Looking at this from the top of the series:
- The default value (currently 16) supposed to be something sane so the
  user does not have to worry about it. We could increase it if needed.

- Currently each thread will alter the limit if needed based on the
  formula. So even if you set it to 2 or 16, once you have 16 threads
  you will have 64 buckets.

- The number of buckets can only be increased, not shrunk.

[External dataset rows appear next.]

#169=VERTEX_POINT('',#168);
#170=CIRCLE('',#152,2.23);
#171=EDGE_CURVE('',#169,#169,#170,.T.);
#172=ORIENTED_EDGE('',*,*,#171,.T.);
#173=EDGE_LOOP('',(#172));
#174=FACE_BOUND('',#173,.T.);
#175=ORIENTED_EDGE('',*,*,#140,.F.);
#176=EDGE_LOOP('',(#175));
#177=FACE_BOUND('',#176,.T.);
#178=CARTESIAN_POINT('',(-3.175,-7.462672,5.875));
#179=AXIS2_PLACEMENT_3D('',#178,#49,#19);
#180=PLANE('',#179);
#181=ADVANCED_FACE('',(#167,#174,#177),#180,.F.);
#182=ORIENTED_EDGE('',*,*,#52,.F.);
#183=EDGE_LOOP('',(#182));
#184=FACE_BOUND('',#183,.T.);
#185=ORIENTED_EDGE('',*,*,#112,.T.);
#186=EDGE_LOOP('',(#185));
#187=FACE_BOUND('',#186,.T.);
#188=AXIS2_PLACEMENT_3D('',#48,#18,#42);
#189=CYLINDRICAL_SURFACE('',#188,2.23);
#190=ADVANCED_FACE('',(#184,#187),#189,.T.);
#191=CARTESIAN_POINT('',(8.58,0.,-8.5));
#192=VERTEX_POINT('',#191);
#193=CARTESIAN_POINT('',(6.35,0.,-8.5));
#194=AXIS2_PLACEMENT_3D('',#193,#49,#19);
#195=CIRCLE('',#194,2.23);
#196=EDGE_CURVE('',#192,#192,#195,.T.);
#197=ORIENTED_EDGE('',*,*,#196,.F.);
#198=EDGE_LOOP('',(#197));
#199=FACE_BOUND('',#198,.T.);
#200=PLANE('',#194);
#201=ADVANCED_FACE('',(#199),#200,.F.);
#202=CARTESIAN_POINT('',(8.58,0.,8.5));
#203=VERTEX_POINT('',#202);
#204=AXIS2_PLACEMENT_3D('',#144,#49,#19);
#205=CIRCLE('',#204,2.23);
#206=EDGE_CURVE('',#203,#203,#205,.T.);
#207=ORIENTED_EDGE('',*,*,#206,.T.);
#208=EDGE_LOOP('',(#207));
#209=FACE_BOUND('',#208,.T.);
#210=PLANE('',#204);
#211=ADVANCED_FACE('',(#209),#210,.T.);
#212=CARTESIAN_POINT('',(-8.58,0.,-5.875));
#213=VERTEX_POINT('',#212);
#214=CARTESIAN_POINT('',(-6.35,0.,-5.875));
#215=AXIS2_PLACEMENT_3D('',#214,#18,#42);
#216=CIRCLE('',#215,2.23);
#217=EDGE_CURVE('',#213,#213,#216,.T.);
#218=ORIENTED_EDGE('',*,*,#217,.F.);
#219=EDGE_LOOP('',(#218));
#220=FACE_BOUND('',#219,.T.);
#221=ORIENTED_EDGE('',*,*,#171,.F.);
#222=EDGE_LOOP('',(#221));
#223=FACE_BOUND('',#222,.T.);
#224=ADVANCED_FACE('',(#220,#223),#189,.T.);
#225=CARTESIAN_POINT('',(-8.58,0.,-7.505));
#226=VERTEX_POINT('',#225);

There is no
  technical requirement for it other than "avoid a race where you use a
  lower number if a lot of threads a fired at once".

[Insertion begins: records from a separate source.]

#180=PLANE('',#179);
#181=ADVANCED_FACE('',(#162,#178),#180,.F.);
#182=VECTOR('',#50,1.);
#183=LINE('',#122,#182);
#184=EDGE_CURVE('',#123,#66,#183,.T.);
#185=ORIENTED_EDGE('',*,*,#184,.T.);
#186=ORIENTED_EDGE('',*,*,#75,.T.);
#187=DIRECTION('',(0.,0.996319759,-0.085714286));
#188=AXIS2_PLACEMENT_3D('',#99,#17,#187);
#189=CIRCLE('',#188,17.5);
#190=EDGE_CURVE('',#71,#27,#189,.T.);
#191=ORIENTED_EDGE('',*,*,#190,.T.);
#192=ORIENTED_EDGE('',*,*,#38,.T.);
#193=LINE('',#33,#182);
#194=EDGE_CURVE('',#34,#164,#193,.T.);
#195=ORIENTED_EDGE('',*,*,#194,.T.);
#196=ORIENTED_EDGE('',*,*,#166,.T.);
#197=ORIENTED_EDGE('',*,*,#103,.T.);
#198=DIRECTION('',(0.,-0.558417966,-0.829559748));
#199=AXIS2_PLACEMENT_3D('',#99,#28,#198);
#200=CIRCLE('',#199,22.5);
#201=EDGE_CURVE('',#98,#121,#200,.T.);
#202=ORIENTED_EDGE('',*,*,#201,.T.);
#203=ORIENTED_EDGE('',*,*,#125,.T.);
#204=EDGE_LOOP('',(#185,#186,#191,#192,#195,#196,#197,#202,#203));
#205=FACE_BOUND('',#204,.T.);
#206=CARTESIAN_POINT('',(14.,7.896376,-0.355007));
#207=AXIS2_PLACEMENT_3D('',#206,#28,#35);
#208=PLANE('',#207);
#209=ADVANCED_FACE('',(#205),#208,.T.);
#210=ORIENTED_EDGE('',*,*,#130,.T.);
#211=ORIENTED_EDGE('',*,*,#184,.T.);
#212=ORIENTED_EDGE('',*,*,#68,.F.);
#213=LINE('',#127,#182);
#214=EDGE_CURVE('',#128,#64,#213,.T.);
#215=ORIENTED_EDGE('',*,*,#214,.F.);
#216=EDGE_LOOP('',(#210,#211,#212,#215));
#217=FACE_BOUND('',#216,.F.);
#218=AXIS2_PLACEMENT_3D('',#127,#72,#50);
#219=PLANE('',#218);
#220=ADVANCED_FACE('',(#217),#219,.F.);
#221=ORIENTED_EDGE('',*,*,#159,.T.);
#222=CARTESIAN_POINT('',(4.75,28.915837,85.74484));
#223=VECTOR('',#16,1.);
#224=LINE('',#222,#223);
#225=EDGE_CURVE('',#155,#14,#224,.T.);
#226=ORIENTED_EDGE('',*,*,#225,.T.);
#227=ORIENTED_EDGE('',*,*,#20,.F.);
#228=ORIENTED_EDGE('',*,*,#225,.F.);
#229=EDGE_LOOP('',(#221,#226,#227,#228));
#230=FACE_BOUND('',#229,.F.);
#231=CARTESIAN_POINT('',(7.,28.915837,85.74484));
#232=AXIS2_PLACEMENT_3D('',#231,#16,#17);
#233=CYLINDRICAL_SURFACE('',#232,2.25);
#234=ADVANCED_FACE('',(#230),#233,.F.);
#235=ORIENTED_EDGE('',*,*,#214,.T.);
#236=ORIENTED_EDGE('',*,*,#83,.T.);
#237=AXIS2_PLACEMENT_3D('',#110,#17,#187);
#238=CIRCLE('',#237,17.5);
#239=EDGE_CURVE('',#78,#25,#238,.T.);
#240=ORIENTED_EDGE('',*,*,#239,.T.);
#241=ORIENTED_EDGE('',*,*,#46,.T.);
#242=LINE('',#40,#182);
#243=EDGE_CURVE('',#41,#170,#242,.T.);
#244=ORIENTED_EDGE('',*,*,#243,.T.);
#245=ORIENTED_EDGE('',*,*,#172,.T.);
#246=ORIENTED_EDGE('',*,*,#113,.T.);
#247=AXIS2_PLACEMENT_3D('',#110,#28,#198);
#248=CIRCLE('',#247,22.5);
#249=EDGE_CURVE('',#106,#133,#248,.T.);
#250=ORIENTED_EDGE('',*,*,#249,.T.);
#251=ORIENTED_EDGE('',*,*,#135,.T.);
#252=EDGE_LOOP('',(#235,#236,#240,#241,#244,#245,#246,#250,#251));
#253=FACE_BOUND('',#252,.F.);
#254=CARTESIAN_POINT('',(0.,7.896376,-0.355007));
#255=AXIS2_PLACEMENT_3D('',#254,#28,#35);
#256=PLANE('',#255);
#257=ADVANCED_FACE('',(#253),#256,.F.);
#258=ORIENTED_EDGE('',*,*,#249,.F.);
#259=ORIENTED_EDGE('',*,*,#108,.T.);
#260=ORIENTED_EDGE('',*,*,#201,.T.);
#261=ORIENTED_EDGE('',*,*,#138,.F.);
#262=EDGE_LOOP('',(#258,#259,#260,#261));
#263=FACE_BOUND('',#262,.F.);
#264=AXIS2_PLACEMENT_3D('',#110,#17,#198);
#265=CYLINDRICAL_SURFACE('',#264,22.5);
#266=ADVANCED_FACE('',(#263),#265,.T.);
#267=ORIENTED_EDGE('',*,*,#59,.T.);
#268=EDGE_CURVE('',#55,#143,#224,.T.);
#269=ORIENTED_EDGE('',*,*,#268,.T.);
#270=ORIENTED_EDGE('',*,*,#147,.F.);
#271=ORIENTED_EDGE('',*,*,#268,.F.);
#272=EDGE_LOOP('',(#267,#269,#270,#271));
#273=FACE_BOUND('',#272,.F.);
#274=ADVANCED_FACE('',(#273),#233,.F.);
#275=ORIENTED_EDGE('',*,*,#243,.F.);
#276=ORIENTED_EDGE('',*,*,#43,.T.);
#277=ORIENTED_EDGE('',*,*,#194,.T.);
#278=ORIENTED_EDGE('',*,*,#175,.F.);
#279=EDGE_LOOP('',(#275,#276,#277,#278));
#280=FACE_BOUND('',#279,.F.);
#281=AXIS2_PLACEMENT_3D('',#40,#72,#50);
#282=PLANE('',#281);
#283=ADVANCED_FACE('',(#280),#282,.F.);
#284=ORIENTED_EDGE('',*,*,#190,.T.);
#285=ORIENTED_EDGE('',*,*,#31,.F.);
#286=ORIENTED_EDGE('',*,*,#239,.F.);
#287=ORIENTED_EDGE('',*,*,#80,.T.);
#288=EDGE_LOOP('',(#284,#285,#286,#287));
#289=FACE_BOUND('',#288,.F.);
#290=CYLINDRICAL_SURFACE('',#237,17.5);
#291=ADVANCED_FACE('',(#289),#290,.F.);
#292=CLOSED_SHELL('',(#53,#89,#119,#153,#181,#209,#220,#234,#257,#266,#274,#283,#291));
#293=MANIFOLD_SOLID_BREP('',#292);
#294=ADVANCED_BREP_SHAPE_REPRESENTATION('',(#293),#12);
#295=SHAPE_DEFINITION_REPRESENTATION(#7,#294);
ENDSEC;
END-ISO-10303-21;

- It is not expected to go back to the global hash.

- The upper limit is the same limit as for the global hash.

All the things I mentioned are open for debate:

- We could force the user to specify a power-of-number for the buckets
  (due to current implementation) and not round.

- We could allow to increase and shrink the number of buckets. Allowing
  it to shrink by accident if many threads are fired at once.

- We could say the user knows best and disable the heuristic once a size
  has been requested.

- We could use 0 to disable the local hash and use the global one
  instead if this is a requirement. Doing this before a thread is
  created is preferred. Later might get tricky.

Sebastian

Re: [PATCH v8 03/15] futex: Add basic infrastructure for local task local hash.

Posted by Peter Zijlstra 1 year ago

On Mon, Feb 03, 2025 at 04:51:14PM +0100, Sebastian Andrzej Siewior wrote:

> All the things I mentioned are open for debate:

So how about we add sysctl_futex_private; when set to 0 it will disable
the private hash for every new task, unless task explicitly calls
PR_FUTEX_HASH_SET. When non-zero, it is the base for the auto-scaling.

(then BASE_SMALL would have this default to 0, otherwise 4 as per this
patch set)

I would let PR_FUTEX_HASH_SET override and disable auto-scaling. There
is nothing more annoying than a computer that thinks it knows better.
User asked for N, user gets N etc.

If user sets 0, fall back to global hash.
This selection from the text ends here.